Work to complete: Below is a listing; repeat exactly the lines from the one containing "Line((-120, 87.5), (-120, -87.5))" to the one containing "FreeCAD Python script", both included.

Given records:
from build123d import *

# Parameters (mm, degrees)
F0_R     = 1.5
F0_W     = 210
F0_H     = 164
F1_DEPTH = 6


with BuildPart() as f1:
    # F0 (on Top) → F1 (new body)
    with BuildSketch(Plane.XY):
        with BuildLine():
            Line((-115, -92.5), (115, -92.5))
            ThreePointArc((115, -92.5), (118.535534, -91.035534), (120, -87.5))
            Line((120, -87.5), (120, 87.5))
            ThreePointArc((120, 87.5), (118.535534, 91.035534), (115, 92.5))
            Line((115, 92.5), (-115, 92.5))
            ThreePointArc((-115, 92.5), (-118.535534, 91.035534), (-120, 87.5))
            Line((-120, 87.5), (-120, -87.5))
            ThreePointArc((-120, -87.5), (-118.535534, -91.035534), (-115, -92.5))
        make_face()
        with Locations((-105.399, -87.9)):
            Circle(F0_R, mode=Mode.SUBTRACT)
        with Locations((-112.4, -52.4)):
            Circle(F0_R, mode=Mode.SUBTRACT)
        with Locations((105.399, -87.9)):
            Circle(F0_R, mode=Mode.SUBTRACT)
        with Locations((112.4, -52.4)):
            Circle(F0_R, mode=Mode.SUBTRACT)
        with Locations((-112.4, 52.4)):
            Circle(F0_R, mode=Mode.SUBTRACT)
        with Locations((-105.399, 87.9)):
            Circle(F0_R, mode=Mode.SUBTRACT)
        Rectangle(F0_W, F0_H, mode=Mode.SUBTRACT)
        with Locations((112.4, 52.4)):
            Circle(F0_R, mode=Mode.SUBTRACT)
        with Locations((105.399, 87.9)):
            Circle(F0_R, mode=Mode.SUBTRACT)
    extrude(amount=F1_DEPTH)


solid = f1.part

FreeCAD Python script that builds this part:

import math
import FreeCAD as App
import Part
import Sketcher
from FreeCAD import Vector
Q = App.Units.Quantity

doc = App.newDocument("Part")
params = doc.addObject("Spreadsheet::Sheet", "Params")
for row, (alias, value) in enumerate([
    ("sketch1_diameter", "3 mm"),
    ("sketch1_radius", "5 mm"),
    ("sketch1_width", "230 mm"),
    ("sketch1_width2", "210 mm"),
    ("sketch1_height", "175 mm"),
    ("pad1_length", "6 mm"),
], start=1):
    params.set(f"A{row}", alias)
    params.set(f"B{row}", "=" + value)
    params.setAlias(f"B{row}", alias)

body = doc.addObject("PartDesign::Body", "Body")

# Sketch on XY plane
sketch1 = body.newObject("Sketcher::SketchObject", "Sketch")
sketch1.AttachmentSupport = (doc.getObject("XY_Plane"), [""])
sketch1.MapMode = "FlatFace"
sketch1.addGeometry([
    Part.LineSegment(Vector(-115, -92.5, 0), Vector(115, -92.5, 0)),  # 0
    Part.ArcOfCircle(Part.Circle(Vector(115, -87.5, 0), Vector(0, 0, 1), 5), math.radians(-90.000004), math.radians(0.000004)),  # 1
    Part.LineSegment(Vector(120, -87.5, 0), Vector(120, 87.5, 0)),  # 2
    Part.ArcOfCircle(Part.Circle(Vector(115, 87.5, 0), Vector(0, 0, 1), 5), math.radians(-0.000004), math.radians(90.000004)),  # 3
    Part.LineSegment(Vector(115, 92.5, 0), Vector(-115, 92.5, 0)),  # 4
    Part.ArcOfCircle(Part.Circle(Vector(-115, 87.5, 0), Vector(0, 0, 1), 5), math.radians(89.999996), math.radians(180.000004)),  # 5
    Part.LineSegment(Vector(-120, 87.5, 0), Vector(-120, -87.5, 0)),  # 6
    Part.ArcOfCircle(Part.Circle(Vector(-115, -87.5, 0), Vector(0, 0, 1), 5), math.radians(179.999996), math.radians(270.000004)),  # 7
    Part.Circle(Vector(-105.399, -87.9, 0), Vector(0, 0, 1), 1.5),  # 8
    Part.Circle(Vector(-112.4, -52.4, 0), Vector(0, 0, 1), 1.5),  # 9
    Part.Circle(Vector(105.399, -87.9, 0), Vector(0, 0, 1), 1.5),  # 10
    Part.Circle(Vector(112.4, -52.4, 0), Vector(0, 0, 1), 1.5),  # 11
    Part.Circle(Vector(-112.4, 52.4, 0), Vector(0, 0, 1), 1.5),  # 12
    Part.Circle(Vector(-105.399, 87.9, 0), Vector(0, 0, 1), 1.5),  # 13
    Part.LineSegment(Vector(105, -82, 0), Vector(-105, -82, 0)),  # 14
    Part.LineSegment(Vector(-105, -82, 0), Vector(-105, 82, 0)),  # 15
    Part.LineSegment(Vector(-105, 82, 0), Vector(105, 82, 0)),  # 16
    Part.LineSegment(Vector(105, 82, 0), Vector(105, -82, 0)),  # 17
    Part.Circle(Vector(112.4, 52.4, 0), Vector(0, 0, 1), 1.5),  # 18
    Part.Circle(Vector(105.399, 87.9, 0), Vector(0, 0, 1), 1.5),  # 19
], False)
sketch1.addConstraint([
    Sketcher.Constraint("Tangent", 0, 2, 1, 1),
    Sketcher.Constraint("Tangent", 1, 2, 2, 1),
    Sketcher.Constraint("Tangent", 2, 2, 3, 1),
    Sketcher.Constraint("Tangent", 3, 2, 4, 1),
    Sketcher.Constraint("Tangent", 4, 2, 5, 1),
    Sketcher.Constraint("Tangent", 5, 2, 6, 1),
    Sketcher.Constraint("Tangent", 6, 2, 7, 1),
    Sketcher.Constraint("Tangent", 7, 2, 0, 1),
    Sketcher.Constraint("Coincident", 14, 2, 15, 1),
    Sketcher.Constraint("Coincident", 15, 2, 16, 1),
    Sketcher.Constraint("Coincident", 16, 2, 17, 1),
    Sketcher.Constraint("Coincident", 17, 2, 14, 1),
    Sketcher.Constraint("Horizontal", 0),
    Sketcher.Constraint("Vertical", 2),
    Sketcher.Constraint("Horizontal", 4),
    Sketcher.Constraint("Vertical", 6),
    Sketcher.Constraint("Horizontal", 14),
    Sketcher.Constraint("Vertical", 15),
    Sketcher.Constraint("Horizontal", 16),
    Sketcher.Constraint("Vertical", 17),
    Sketcher.Constraint("Equal", 1, 3),
    Sketcher.Constraint("Equal", 3, 5),
    Sketcher.Constraint("Equal", 5, 7),
    Sketcher.Constraint("Equal", 8, 9),
    Sketcher.Constraint("Equal", 9, 10),
    Sketcher.Constraint("Equal", 10, 11),
    Sketcher.Constraint("Equal", 11, 12),
    Sketcher.Constraint("Equal", 12, 13),
    Sketcher.Constraint("Equal", 13, 18),
    Sketcher.Constraint("Equal", 18, 19),
    Sketcher.Constraint("Symmetric", 1, 3, 5, 3, -1, 1),
    Sketcher.Constraint("Symmetric", 11, 3, 12, 3, -1, 1),
    Sketcher.Constraint("Symmetric", 10, 3, 13, 3, -1, 1),
    Sketcher.Constraint("Symmetric", 9, 3, 18, 3, -1, 1),
    Sketcher.Constraint("Symmetric", 8, 3, 19, 3, -1, 1),
    Sketcher.Constraint("Symmetric", 14, 2, 16, 2, -1, 1),
    Sketcher.Constraint("Symmetric", 8, 3, 10, 3, -2),
    Sketcher.Constraint("Symmetric", 9, 3, 11, 3, -2),
    Sketcher.Constraint("Diameter", 8, Q("3 mm")),
    Sketcher.Constraint("Radius", 1, Q("5 mm")),
    Sketcher.Constraint("DistanceX", 0, 1, 0, 2, Q("230 mm")),
    Sketcher.Constraint("DistanceX", 14, 2, 14, 1, Q("210 mm")),
    Sketcher.Constraint("DistanceY", 2, 1, 2, 2, Q("175 mm")),
    Sketcher.Constraint("DistanceY", 15, 1, 15, 2, Q("164 mm")),
    Sketcher.Constraint("DistanceY", 8, 3, -1, 1, Q("87.9 mm")),
    Sketcher.Constraint("DistanceX", 9, 3, -1, 1, Q("112.4 mm")),
    Sketcher.Constraint("DistanceY", 9, 3, -1, 1, Q("52.4 mm")),
    Sketcher.Constraint("DistanceX", 8, 3, -1, 1, Q("105.399 mm")),
])
sketch1.setExpression("Constraints[38]", "Params.sketch1_diameter")
sketch1.setExpression("Constraints[39]", "Params.sketch1_radius")
sketch1.setExpression("Constraints[40]", "Params.sketch1_width")
sketch1.setExpression("Constraints[41]", "Params.sketch1_width2")
sketch1.setExpression("Constraints[42]", "Params.sketch1_height")
pad1 = body.newObject("PartDesign::Pad", "Pad")
pad1.Profile = sketch1
pad1.setExpression("Length", "Params.pad1_length")

doc.recompute()
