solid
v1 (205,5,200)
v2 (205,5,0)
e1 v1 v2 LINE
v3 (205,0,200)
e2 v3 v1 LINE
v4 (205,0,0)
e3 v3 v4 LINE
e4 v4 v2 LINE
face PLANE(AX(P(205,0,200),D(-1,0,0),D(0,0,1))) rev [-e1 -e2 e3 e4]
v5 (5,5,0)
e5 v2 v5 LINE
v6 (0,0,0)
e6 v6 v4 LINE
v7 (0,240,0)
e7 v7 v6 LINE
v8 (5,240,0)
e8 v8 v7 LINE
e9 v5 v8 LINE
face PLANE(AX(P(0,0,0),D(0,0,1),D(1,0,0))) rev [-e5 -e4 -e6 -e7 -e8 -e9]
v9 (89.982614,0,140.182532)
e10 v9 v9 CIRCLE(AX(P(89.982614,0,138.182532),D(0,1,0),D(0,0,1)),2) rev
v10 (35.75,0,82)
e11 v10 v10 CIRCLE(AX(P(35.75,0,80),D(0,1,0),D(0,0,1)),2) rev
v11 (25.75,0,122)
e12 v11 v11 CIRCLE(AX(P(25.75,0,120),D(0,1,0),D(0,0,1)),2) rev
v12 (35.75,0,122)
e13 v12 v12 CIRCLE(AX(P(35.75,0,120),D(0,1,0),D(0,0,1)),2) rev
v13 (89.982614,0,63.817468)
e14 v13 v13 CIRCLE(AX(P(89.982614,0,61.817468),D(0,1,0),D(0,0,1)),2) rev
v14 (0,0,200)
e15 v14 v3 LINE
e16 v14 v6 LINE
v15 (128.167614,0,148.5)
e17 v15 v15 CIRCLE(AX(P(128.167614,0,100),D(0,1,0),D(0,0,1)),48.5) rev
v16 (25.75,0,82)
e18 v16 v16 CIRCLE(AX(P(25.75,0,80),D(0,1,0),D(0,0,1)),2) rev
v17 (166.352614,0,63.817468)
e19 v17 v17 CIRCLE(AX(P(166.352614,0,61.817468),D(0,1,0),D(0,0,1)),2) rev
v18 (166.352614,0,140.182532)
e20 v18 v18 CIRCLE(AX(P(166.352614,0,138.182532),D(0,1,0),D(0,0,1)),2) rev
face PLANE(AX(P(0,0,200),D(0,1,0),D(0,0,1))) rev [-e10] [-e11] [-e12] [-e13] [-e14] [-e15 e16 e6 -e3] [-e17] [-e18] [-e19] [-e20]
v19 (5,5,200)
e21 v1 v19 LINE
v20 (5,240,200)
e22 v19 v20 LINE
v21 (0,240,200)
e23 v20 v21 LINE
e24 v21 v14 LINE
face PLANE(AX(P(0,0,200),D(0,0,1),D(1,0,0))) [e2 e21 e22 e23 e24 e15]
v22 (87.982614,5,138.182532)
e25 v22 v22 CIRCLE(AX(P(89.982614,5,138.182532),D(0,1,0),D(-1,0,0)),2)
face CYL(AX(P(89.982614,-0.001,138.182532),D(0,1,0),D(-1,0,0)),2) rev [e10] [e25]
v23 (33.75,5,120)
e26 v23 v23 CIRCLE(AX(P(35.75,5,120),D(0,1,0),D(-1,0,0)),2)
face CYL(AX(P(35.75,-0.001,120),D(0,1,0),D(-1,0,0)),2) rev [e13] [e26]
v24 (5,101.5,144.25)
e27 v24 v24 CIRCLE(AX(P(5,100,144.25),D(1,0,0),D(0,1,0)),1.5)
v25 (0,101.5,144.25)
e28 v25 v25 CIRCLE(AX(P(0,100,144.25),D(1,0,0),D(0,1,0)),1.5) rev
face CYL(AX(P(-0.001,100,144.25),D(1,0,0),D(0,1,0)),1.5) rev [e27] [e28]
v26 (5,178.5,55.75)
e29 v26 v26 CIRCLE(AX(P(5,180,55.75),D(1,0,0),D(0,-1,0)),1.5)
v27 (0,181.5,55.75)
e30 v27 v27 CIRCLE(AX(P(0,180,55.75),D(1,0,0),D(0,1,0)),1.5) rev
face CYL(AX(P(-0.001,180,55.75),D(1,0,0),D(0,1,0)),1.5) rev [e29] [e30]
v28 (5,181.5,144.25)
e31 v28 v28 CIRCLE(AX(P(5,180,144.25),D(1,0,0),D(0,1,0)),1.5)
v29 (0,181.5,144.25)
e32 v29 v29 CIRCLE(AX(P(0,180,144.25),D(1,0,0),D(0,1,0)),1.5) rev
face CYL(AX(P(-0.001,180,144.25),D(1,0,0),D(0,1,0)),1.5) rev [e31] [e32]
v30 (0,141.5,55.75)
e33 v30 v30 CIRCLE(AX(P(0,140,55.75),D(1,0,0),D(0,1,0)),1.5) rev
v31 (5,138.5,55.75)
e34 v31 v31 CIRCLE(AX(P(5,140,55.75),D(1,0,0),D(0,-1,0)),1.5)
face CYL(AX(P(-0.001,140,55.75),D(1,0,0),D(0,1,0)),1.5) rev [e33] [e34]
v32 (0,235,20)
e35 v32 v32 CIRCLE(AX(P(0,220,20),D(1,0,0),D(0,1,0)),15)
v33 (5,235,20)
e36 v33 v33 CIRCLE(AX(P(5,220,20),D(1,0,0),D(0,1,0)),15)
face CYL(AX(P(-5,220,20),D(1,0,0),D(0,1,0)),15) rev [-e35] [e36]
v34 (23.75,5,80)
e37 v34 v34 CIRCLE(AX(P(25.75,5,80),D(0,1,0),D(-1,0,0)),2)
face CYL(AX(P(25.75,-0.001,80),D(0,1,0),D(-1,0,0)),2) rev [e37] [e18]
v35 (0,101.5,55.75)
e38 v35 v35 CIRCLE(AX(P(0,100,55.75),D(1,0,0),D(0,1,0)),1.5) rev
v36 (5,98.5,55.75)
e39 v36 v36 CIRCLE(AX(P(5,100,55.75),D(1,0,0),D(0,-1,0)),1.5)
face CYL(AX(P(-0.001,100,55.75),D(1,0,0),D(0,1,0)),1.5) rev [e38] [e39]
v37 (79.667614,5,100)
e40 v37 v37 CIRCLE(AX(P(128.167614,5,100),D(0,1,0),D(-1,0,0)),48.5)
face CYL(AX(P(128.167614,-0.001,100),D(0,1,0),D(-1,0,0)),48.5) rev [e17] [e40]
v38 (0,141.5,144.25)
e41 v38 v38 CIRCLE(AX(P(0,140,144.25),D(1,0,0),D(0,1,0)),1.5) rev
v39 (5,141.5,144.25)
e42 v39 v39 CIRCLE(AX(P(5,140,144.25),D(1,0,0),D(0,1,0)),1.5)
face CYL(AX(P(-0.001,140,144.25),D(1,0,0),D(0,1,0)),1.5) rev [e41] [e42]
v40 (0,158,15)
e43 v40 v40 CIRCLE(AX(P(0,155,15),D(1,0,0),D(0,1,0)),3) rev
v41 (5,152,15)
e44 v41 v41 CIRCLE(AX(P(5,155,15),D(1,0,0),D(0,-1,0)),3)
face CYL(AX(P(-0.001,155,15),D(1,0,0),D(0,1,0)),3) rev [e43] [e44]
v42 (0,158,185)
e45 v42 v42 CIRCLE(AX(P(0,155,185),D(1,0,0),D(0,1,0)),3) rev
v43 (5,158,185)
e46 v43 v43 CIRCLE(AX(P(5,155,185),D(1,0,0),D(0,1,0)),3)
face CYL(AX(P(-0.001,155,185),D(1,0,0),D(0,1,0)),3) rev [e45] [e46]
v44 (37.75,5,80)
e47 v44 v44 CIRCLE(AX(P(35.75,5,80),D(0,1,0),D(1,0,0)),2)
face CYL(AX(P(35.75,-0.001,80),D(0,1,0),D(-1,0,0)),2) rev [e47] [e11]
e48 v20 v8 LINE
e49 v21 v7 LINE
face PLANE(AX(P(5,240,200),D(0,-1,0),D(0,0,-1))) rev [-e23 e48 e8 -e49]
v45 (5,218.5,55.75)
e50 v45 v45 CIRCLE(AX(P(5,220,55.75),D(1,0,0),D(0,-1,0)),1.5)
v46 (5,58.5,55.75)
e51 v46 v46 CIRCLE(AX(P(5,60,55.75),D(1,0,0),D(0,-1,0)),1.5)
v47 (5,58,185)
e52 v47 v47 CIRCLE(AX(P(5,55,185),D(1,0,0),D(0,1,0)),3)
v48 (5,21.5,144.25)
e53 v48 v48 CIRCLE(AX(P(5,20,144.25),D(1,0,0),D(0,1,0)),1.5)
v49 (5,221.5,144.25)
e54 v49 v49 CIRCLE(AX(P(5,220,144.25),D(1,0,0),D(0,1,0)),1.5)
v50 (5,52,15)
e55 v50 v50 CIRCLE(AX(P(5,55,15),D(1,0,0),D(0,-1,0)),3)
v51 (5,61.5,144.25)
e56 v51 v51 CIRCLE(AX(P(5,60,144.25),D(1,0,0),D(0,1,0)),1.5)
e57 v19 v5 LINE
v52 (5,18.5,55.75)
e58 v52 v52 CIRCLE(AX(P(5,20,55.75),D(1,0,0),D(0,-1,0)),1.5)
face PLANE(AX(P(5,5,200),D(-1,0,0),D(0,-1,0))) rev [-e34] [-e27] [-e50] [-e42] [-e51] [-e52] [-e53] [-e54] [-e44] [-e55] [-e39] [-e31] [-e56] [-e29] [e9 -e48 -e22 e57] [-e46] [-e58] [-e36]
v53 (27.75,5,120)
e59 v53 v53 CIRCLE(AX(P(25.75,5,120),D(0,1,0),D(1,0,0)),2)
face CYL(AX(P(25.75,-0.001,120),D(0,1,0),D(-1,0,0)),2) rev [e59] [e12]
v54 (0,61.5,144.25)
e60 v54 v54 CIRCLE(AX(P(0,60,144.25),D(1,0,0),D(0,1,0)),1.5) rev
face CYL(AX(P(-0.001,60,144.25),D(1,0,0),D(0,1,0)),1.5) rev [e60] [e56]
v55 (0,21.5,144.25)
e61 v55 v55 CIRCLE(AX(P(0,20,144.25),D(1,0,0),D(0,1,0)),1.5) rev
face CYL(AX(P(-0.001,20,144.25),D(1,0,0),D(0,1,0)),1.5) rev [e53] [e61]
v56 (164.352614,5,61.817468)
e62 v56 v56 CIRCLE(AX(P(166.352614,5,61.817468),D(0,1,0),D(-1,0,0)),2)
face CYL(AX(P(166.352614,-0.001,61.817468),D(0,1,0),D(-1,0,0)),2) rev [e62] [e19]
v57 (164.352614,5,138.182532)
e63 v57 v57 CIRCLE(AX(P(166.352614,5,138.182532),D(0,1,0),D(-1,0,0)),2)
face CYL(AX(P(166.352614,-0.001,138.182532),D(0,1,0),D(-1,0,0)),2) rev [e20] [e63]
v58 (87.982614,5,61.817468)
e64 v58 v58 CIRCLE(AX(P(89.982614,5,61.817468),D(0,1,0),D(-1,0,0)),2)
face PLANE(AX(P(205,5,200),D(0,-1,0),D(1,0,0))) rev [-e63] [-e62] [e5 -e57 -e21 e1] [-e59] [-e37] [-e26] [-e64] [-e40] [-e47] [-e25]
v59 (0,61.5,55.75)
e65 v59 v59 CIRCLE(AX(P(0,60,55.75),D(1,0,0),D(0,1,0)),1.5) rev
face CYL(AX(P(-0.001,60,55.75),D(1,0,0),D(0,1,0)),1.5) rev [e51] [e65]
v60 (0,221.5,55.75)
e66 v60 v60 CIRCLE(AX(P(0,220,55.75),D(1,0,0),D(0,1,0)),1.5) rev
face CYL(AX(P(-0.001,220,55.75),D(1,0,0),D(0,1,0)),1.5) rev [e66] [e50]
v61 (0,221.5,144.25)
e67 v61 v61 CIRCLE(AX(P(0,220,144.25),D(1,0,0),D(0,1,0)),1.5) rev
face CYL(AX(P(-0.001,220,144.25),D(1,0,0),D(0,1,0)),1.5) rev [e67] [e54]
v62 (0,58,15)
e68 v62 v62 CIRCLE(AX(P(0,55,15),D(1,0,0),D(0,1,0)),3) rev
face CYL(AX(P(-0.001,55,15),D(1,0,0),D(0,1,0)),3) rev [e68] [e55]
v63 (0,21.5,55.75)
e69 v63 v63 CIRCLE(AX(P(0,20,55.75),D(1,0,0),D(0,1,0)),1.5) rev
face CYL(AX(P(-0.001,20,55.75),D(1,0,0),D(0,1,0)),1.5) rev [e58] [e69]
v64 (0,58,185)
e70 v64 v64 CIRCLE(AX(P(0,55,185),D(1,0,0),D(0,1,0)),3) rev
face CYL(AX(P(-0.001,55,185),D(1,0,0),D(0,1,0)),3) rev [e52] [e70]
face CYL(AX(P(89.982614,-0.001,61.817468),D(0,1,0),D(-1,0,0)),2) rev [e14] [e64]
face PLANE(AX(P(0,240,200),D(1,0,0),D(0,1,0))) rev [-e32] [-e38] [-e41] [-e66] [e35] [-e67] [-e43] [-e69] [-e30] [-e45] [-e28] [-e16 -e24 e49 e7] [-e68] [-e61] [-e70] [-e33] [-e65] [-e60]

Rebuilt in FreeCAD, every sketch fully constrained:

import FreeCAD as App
import Part
import Sketcher
from FreeCAD import Vector
Q = App.Units.Quantity

doc = App.newDocument("Part")
body = doc.addObject("PartDesign::Body", "Body")

sketch1 = body.newObject("Sketcher::SketchObject", "Sketch")
sketch1.AttachmentSupport = (doc.getObject("XY_Plane"), [""])
sketch1.MapMode = "FlatFace"
sketch1.addGeometry([
    Part.LineSegment(Vector(0, 240, 0), Vector(0, 0, 0)),
    Part.LineSegment(Vector(0, 0, 0), Vector(205, 0, 0)),
    Part.LineSegment(Vector(205, 0, 0), Vector(205, 5, 0)),
    Part.LineSegment(Vector(205, 5, 0), Vector(5, 5, 0)),
    Part.LineSegment(Vector(5, 5, 0), Vector(5, 240, 0)),
    Part.LineSegment(Vector(5, 240, 0), Vector(0, 240, 0)),
], False)
sketch1.addConstraint([
    Sketcher.Constraint("Coincident", 0, 2, 1, 1),
    Sketcher.Constraint("Coincident", 1, 2, 2, 1),
    Sketcher.Constraint("Coincident", 2, 2, 3, 1),
    Sketcher.Constraint("Coincident", 3, 2, 4, 1),
    Sketcher.Constraint("Coincident", 4, 2, 5, 1),
    Sketcher.Constraint("Coincident", 5, 2, 0, 1),
    Sketcher.Constraint("Vertical", 0),
    Sketcher.Constraint("Horizontal", 1),
    Sketcher.Constraint("Vertical", 2),
    Sketcher.Constraint("Horizontal", 3),
    Sketcher.Constraint("Vertical", 4),
    Sketcher.Constraint("Horizontal", 5),
    Sketcher.Constraint("Coincident", 0, 2, -1, 1),
    Sketcher.Constraint("Equal", 5, 2),
    Sketcher.Constraint("DistanceX", 1, 1, 1, 2, Q("205 mm")),
    Sketcher.Constraint("DistanceX", 3, 2, 3, 1, Q("200 mm")),
    Sketcher.Constraint("DistanceY", 0, 2, 0, 1, Q("240 mm")),
])
pad1 = body.newObject("PartDesign::Pad", "Pad")
pad1.Profile = sketch1
pad1.Length = 200

sketch2 = body.newObject("Sketcher::SketchObject", "Sketch001")
sketch2.AttachmentSupport = (doc.getObject("XZ_Plane"), [""])
sketch2.MapMode = "FlatFace"
sketch2.AttachmentOffset = App.Placement(Vector(0, 0, -5), App.Rotation())
sketch2.addGeometry(Part.Circle(Vector(128, 100, 0), Vector(0, 0, 1), 48), False)
sketch2.addConstraint([
    Sketcher.Constraint("Diameter", 0, Q("97 mm")),
    Sketcher.Constraint("DistanceY", -1, 1, 0, 3, Q("100 mm")),
    Sketcher.Constraint("DistanceX", -1, 1, 0, 3, Q("128.167614 mm")),
])
pocket1 = body.newObject("PartDesign::Pocket", "Pocket")
pocket1.Profile = sketch2
pocket1.Type = "UpToFirst"
pocket1.Reversed = True

sketch3 = body.newObject("Sketcher::SketchObject", "Sketch002")
sketch3.AttachmentSupport = (doc.getObject("XZ_Plane"), [""])
sketch3.MapMode = "FlatFace"
sketch3.AttachmentOffset = App.Placement(Vector(0, 0, -5), App.Rotation())
sketch3.addGeometry(Part.Circle(Vector(90, 61.8, 0), Vector(0, 0, 1), 2), False)
sketch3.addConstraint([
    Sketcher.Constraint("Diameter", 0, Q("4 mm")),
    Sketcher.Constraint("DistanceX", -1, 1, 0, 3, Q("89.982614 mm")),
    Sketcher.Constraint("DistanceY", -1, 1, 0, 3, Q("61.817468 mm")),
])
pocket2 = body.newObject("PartDesign::Pocket", "Pocket001")
pocket2.Profile = sketch3
pocket2.Type = "UpToFirst"
pocket2.Reversed = True

sketch4 = body.newObject("Sketcher::SketchObject", "Sketch003")
sketch4.AttachmentSupport = (doc.getObject("XZ_Plane"), [""])
sketch4.MapMode = "FlatFace"
sketch4.AttachmentOffset = App.Placement(Vector(0, 0, -5), App.Rotation())
sketch4.addGeometry(Part.Circle(Vector(166.4, 61.8, 0), Vector(0, 0, 1), 2), False)
sketch4.addConstraint([
    Sketcher.Constraint("Diameter", 0, Q("4 mm")),
    Sketcher.Constraint("DistanceX", -1, 1, 0, 3, Q("166.352614 mm")),
    Sketcher.Constraint("DistanceY", -1, 1, 0, 3, Q("61.817468 mm")),
])
pocket3 = body.newObject("PartDesign::Pocket", "Pocket002")
pocket3.Profile = sketch4
pocket3.Type = "UpToFirst"
pocket3.Reversed = True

Result below:
            Line((-120, 87.5), (-120, -87.5))
            ThreePointArc((-120, -87.5), (-118.535534, -91.035534), (-115, -92.5))
        make_face()
        with Locations((-105.399, -87.9)):
            Circle(F0_R, mode=Mode.SUBTRACT)
        with Locations((-112.4, -52.4)):
            Circle(F0_R, mode=Mode.SUBTRACT)
        with Locations((105.399, -87.9)):
            Circle(F0_R, mode=Mode.SUBTRACT)
        with Locations((112.4, -52.4)):
            Circle(F0_R, mode=Mode.SUBTRACT)
        with Locations((-112.4, 52.4)):
            Circle(F0_R, mode=Mode.SUBTRACT)
        with Locations((-105.399, 87.9)):
            Circle(F0_R, mode=Mode.SUBTRACT)
        Rectangle(F0_W, F0_H, mode=Mode.SUBTRACT)
        with Locations((112.4, 52.4)):
            Circle(F0_R, mode=Mode.SUBTRACT)
        with Locations((105.399, 87.9)):
            Circle(F0_R, mode=Mode.SUBTRACT)
    extrude(amount=F1_DEPTH)


solid = f1.part

FreeCAD Python script that builds this part:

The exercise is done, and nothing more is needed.